Firstly, the three systems were compared by performing a sensitivity analysis. The second step was the optimization of the three systems. The optimization goal is the minimization of the simple payback period because this parameter indicates the viability of the studied technologies. The optimization was conducted by using the conjugate directions method or “Powell’s method” which is supported by EES [18]. The optimization variables were the superheating in the turbine inlet (ΔTsh) which ranged from 0 °C up to 40 °C, the ACH generator temperature which ranged from 110 °C up to 130 °C and the turbine inlet pressure (or ORC high pressure). The high-pressure level in the turbine inlet was examined by using the dimensionless pressure ratio (α) which is defined as the ratio of the pressure level in the turbine inlet (Ph) to the working fluid critical pressure (Pcrit).
α = p h p c r i t
The maximum value of the parameter (α) was selected at 90% in order to avoid stability issues [28]. In this work, the range of this parameter was selected to be from 50% up to 90%. Moreover, it is important to state that the selected ranges are in accordance with the existing literature [7] and they correspond to reasonable values for safe operation.
Furthermore, the generator heat input in System 2 was selected at 15 kW, while the cooling and the heating production were selected both at 10 kW in System 3. These assumptions were performed in order for all the systems to have similar useful output productions and so the comparison to be possible.
About the financial analysis, the simple payback period (SPP) was used as the investigation criterion.

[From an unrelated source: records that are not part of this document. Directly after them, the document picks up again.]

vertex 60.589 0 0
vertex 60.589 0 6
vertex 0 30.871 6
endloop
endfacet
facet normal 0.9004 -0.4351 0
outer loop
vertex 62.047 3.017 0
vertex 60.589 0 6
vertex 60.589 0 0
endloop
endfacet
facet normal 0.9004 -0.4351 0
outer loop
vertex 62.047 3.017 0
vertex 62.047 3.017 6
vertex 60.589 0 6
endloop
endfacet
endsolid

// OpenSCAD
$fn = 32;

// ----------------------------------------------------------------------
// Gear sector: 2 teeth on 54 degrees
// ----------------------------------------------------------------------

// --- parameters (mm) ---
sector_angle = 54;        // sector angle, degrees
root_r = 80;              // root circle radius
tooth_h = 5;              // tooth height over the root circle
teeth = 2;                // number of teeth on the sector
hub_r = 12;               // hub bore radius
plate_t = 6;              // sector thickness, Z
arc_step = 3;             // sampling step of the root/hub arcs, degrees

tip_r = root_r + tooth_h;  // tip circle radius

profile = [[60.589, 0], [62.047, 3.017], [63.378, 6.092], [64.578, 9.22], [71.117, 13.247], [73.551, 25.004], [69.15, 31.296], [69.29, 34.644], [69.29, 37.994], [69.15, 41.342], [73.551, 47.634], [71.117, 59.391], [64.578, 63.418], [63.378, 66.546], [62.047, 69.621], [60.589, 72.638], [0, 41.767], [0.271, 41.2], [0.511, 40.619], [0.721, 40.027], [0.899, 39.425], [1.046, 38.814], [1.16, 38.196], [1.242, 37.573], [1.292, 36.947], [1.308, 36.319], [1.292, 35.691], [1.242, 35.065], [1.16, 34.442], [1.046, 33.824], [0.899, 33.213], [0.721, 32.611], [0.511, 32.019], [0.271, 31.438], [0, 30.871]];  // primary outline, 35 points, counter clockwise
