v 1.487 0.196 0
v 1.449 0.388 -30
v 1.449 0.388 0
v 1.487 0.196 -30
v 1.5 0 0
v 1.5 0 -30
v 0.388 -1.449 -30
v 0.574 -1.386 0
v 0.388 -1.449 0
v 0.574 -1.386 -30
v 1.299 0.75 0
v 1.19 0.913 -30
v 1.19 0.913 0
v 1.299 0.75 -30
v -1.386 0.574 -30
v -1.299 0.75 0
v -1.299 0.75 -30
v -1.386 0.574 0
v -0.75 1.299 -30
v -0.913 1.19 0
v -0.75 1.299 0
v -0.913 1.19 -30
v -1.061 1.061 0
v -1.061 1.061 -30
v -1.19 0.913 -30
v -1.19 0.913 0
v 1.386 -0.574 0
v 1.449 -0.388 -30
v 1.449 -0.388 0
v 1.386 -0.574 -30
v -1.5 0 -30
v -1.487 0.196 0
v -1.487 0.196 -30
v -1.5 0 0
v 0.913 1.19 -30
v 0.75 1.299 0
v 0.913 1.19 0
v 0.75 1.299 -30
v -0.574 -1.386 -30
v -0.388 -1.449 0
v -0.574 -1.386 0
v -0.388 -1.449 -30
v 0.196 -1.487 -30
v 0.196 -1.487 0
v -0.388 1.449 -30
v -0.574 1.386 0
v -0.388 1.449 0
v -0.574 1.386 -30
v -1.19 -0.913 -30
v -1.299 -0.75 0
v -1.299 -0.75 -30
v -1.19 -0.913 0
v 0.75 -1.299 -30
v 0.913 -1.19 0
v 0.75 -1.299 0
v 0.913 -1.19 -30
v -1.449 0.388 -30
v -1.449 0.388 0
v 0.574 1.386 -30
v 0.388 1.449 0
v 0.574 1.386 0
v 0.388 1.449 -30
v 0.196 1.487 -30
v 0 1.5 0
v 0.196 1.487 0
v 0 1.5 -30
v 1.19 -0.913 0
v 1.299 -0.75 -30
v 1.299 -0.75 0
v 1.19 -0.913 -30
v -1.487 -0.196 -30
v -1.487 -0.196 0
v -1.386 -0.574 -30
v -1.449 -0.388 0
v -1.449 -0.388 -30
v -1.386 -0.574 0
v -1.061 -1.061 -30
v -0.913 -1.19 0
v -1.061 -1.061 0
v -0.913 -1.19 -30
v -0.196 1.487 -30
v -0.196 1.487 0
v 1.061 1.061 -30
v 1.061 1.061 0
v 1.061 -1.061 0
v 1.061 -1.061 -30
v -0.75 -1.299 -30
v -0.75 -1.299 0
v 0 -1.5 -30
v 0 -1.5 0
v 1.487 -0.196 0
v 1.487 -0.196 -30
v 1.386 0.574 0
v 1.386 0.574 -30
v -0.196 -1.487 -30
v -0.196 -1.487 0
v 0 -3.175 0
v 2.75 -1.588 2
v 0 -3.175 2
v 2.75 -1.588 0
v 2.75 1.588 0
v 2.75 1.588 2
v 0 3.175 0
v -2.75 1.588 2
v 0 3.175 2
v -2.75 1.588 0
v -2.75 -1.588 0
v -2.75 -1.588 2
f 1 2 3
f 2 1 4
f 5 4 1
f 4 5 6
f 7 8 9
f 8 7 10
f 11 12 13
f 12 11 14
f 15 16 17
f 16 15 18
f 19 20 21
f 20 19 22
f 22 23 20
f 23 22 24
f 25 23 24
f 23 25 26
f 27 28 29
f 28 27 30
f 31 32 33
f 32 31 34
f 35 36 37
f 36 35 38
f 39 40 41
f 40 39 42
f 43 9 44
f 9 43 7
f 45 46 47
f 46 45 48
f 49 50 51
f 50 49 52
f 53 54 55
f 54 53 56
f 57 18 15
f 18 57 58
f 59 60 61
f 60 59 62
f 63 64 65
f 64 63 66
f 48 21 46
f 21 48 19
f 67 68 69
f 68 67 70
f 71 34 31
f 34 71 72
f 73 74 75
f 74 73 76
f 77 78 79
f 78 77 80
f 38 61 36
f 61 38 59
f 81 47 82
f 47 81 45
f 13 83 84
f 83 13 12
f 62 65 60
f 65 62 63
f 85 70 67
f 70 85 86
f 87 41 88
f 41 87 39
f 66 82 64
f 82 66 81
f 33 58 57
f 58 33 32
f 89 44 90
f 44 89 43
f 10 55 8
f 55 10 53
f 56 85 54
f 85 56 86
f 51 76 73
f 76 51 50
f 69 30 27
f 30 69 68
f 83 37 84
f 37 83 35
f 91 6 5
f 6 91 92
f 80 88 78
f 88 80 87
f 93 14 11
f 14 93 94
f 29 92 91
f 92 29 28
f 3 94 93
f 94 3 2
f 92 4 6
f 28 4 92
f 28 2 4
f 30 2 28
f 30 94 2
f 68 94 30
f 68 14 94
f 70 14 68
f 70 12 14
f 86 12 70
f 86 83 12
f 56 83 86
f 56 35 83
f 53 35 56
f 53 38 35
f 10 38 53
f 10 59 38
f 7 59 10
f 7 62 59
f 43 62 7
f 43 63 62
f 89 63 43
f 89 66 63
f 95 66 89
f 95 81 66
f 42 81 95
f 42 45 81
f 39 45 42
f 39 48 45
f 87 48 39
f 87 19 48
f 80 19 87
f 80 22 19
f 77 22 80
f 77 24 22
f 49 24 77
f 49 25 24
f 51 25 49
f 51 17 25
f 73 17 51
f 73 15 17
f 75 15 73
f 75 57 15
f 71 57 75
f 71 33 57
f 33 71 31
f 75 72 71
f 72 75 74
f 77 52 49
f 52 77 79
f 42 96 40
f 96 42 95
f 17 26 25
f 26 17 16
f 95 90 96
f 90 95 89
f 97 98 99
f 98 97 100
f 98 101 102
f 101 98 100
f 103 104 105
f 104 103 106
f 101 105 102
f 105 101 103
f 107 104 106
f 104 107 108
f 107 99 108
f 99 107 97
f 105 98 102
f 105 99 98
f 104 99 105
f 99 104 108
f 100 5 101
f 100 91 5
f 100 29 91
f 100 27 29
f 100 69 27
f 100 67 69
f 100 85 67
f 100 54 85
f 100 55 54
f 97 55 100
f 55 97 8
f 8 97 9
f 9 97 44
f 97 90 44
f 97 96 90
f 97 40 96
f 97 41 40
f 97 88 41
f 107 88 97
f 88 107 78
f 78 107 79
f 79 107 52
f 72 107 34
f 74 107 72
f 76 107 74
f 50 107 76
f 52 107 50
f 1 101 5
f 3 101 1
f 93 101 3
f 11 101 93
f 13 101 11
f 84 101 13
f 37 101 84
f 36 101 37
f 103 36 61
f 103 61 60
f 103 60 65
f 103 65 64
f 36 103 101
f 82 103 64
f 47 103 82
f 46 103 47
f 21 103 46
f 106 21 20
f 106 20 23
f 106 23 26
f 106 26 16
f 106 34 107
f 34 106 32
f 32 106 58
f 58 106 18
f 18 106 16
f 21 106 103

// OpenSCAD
// Purchased hex-head fastener proxy, M3x30; not a printed part.
$fn=48;
union(){ translate([0,0,-30]) cylinder(d=3,h=30.01); rotate([0,0,30]) cylinder(d=5.5/cos(30),h=2,$fn=6); }
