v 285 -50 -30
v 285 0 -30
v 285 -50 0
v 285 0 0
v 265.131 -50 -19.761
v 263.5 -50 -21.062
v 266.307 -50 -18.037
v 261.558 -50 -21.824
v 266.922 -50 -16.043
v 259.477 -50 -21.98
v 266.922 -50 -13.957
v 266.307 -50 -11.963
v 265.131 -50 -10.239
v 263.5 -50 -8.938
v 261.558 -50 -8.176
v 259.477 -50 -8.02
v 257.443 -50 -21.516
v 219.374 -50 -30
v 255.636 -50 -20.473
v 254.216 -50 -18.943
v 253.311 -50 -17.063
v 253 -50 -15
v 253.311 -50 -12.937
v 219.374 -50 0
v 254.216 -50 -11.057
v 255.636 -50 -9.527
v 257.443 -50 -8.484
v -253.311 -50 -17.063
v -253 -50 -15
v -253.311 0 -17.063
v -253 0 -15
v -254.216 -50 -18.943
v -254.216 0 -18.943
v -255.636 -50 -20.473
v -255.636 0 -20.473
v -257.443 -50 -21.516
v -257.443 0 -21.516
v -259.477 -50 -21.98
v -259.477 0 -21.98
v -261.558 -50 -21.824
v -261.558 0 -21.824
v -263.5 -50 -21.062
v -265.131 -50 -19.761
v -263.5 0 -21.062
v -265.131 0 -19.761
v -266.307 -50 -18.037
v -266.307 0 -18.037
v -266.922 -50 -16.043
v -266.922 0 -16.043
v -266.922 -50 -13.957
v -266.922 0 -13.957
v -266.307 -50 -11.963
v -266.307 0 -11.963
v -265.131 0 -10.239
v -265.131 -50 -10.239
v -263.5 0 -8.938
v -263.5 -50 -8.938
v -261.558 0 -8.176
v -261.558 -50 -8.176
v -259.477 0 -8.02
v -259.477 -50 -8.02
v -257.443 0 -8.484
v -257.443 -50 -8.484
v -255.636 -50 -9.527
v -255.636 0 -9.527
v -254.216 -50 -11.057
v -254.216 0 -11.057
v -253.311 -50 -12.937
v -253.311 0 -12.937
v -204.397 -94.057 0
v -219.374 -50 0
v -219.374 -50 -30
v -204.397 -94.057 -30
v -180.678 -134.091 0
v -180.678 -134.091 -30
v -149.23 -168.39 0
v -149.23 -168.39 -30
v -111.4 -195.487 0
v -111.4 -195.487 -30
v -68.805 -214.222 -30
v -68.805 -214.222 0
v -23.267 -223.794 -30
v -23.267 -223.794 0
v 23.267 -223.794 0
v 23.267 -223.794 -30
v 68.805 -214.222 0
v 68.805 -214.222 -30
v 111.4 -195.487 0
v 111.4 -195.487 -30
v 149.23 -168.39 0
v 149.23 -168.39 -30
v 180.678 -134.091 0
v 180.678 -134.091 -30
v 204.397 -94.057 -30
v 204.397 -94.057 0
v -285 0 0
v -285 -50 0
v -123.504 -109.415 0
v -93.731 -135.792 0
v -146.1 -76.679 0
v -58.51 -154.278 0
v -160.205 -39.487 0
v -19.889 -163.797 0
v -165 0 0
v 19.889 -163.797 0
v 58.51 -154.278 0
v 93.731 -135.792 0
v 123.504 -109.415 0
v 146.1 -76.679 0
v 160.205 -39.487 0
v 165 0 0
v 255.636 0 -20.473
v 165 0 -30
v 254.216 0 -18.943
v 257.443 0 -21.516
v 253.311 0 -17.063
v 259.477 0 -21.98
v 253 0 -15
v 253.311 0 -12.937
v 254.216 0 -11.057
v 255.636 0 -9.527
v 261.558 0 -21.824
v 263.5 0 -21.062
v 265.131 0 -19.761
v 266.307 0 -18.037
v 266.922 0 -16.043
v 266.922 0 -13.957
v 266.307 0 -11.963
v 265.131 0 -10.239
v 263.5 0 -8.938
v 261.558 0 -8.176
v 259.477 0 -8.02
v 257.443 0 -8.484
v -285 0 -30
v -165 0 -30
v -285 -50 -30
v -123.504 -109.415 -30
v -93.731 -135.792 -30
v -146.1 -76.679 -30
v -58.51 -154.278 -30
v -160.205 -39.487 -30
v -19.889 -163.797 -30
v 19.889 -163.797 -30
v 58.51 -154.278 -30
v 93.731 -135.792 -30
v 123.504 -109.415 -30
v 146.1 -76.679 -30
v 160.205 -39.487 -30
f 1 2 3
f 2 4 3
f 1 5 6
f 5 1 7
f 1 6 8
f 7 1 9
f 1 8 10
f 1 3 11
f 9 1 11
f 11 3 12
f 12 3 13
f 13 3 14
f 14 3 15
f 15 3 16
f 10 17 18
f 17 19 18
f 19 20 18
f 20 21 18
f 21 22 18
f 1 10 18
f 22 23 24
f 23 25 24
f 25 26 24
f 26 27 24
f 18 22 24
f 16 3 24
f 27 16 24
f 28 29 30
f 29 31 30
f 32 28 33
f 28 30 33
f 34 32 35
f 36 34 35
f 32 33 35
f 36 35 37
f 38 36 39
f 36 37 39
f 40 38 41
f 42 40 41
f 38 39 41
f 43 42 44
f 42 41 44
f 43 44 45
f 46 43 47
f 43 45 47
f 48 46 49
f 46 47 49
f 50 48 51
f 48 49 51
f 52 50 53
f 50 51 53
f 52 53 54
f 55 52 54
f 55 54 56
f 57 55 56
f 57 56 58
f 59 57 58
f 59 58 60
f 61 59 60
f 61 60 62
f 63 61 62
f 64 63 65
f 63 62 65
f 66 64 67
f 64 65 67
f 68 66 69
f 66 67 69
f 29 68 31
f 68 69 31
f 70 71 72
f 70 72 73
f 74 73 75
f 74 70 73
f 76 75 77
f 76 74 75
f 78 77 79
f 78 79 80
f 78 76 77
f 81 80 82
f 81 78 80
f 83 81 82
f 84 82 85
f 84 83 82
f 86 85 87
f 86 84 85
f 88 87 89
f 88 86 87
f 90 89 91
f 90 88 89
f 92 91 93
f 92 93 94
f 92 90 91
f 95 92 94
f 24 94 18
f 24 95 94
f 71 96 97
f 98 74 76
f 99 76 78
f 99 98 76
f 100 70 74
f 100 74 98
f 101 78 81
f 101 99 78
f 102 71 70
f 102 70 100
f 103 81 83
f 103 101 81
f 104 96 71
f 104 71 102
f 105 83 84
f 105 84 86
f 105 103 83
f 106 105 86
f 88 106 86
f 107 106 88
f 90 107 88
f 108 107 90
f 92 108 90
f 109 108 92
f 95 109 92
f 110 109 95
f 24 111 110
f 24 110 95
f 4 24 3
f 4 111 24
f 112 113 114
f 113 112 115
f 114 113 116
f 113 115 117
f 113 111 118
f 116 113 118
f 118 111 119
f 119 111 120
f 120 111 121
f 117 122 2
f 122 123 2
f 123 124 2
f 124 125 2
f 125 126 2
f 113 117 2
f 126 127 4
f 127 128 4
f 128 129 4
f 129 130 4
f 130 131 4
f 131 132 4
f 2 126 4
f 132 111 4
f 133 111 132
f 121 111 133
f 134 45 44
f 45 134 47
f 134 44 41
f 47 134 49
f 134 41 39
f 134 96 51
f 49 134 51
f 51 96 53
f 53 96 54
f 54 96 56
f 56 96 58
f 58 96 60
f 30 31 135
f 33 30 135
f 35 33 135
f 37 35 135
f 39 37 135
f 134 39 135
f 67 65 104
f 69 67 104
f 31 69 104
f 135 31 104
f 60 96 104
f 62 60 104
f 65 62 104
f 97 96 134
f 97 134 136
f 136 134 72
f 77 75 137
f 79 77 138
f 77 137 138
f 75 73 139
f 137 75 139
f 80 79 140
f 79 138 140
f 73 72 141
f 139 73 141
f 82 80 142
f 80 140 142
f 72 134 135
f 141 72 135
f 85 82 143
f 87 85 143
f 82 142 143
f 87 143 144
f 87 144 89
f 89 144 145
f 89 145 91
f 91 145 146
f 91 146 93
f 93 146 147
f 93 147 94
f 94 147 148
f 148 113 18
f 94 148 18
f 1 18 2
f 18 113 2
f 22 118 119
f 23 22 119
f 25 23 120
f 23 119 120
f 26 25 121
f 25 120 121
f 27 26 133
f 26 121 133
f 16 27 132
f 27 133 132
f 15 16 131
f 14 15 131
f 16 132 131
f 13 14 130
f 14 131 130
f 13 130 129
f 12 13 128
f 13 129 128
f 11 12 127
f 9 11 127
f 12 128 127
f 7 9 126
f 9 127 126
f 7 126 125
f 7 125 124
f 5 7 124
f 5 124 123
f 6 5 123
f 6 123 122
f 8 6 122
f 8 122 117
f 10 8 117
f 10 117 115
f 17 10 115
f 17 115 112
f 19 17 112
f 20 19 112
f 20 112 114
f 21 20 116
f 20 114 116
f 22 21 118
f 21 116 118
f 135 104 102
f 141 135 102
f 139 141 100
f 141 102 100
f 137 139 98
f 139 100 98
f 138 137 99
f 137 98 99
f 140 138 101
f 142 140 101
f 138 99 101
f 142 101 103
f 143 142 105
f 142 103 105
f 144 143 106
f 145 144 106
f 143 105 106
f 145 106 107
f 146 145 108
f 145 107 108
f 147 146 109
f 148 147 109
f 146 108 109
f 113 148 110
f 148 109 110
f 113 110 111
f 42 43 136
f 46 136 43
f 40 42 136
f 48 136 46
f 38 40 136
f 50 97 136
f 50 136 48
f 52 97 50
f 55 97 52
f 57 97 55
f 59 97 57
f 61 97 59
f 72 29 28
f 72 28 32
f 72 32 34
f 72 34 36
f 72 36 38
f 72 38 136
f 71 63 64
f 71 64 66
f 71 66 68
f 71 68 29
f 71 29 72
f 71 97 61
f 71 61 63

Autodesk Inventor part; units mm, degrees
ref_plane "YZ Plane" through (0, 0, 0) normal (1, 0, 0) x (0, 1, 0)
ref_plane "XZ Plane" through (0, 0, 0) normal (0, 1, 0) x (-1, 0, 0)
ref_plane "XY Plane" through (0, 0, 0) normal (0, 0, 1) x (1, 0, 0)
sketch "Sketch1" plane through (0, 0, 0) normal (0, 0, 1) x (1, 0, 0)
  circle A0 centre (0, 0) radius 195 construction
  line L0 (0, 195) -> (0, 225) construction
  line L1 (0, 195) -> (0, 165) construction
  circle A1 centre (0, 0) radius 165
  circle A2 centre (0, 0) radius 225
  line L2 (-165, 0) -> (-165, 80)
  line L3 (-165, 80) -> (-225, 80)
  line L4 (-225, 80) -> (-225, 0)
  line L5 (165, 0) -> (165, 80)
  line L6 (165, 80) -> (225, 80)
  line L7 (225, 80) -> (225, 0)
  line L8 (-225, 0) -> (-165, 0)
  line L9 (165, 0) -> (225, 0)
  line L10 (-225, 0) -> (-285, 0)
  line L11 (-285, 0) -> (-285, -50)
  line L12 (-285, -50) -> (-219.3741, -50)
  line L13 (225, 0) -> (285, 0)
  line L14 (285, 0) -> (285, -50)
  line L15 (285, -50) -> (219.3741, -50)
  dimension "d13" = 390
  dimension "d26" = 80
  dimension "d36" = 60
  dimension "d40" = 60
  dimension "d41" = 50
extrude "Extrusion1" add sketch "Sketch1" against normal blind 30 contours L9 A2 L8 A1 | L13 L14 L15 A2 | A2 L12 L11 L10
sketch "Sketch7" plane through (-285, 0, 0) normal (0, 1, 0) x (1, 0, 0)
  circle A0 centre (25, 15) radius 7
  line L0 (0, 0) -> (0, 30) projected
  point P0 (285, 0)
  point P1 (0, 15)
  dimension "d42" = 14
  dimension "d43" = 25
extrude "Extrusion7" cut sketch "Sketch7" against normal through all
mirror "Mirror1" about plane through (0, 0, 0) normal (1, 0, 0) of "Extrusion7"
equation "\"d13\" = Шпил_пласт_НОС_диам_центров"
equation "\"d40\" = d36"
equation "\"BendReliefDepth\" = 0.5 * Thickness"
equation "\"Шпил_пласт_НОС_диам_центров\" = 390"
equation "\"Thickness\" = 30"
properties part number "ДМФ 092 Коромысло НОС"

The cost of the PTC was estimated at 250 €/m2 [29]. The ORC cost was selected at 3000 €/kWel, the cost of the absorption chiller at 1000 €/kWcool, the cost of the VCC at 300 €/kWcool and the cost of the storage tank at 1000 €/m3. The electricity cost was selected at 0.20 €/kWh, the heating cost at 0.10 €/kWh and the cooling cost at 0.067 €/kWh [30]. Lastly, it has to be said that the operation and maintenance cost was selected to be at 1% of the investment cost. Table 4 summarizes the used cost values in the present analysis.

3. Results and Discussion

In this section, the results of the system’s performance are given. Section 3.1 is devoted to presenting a simple sensitivity analysis of the three systems, while Section 3.2 gives the optimization procedure results.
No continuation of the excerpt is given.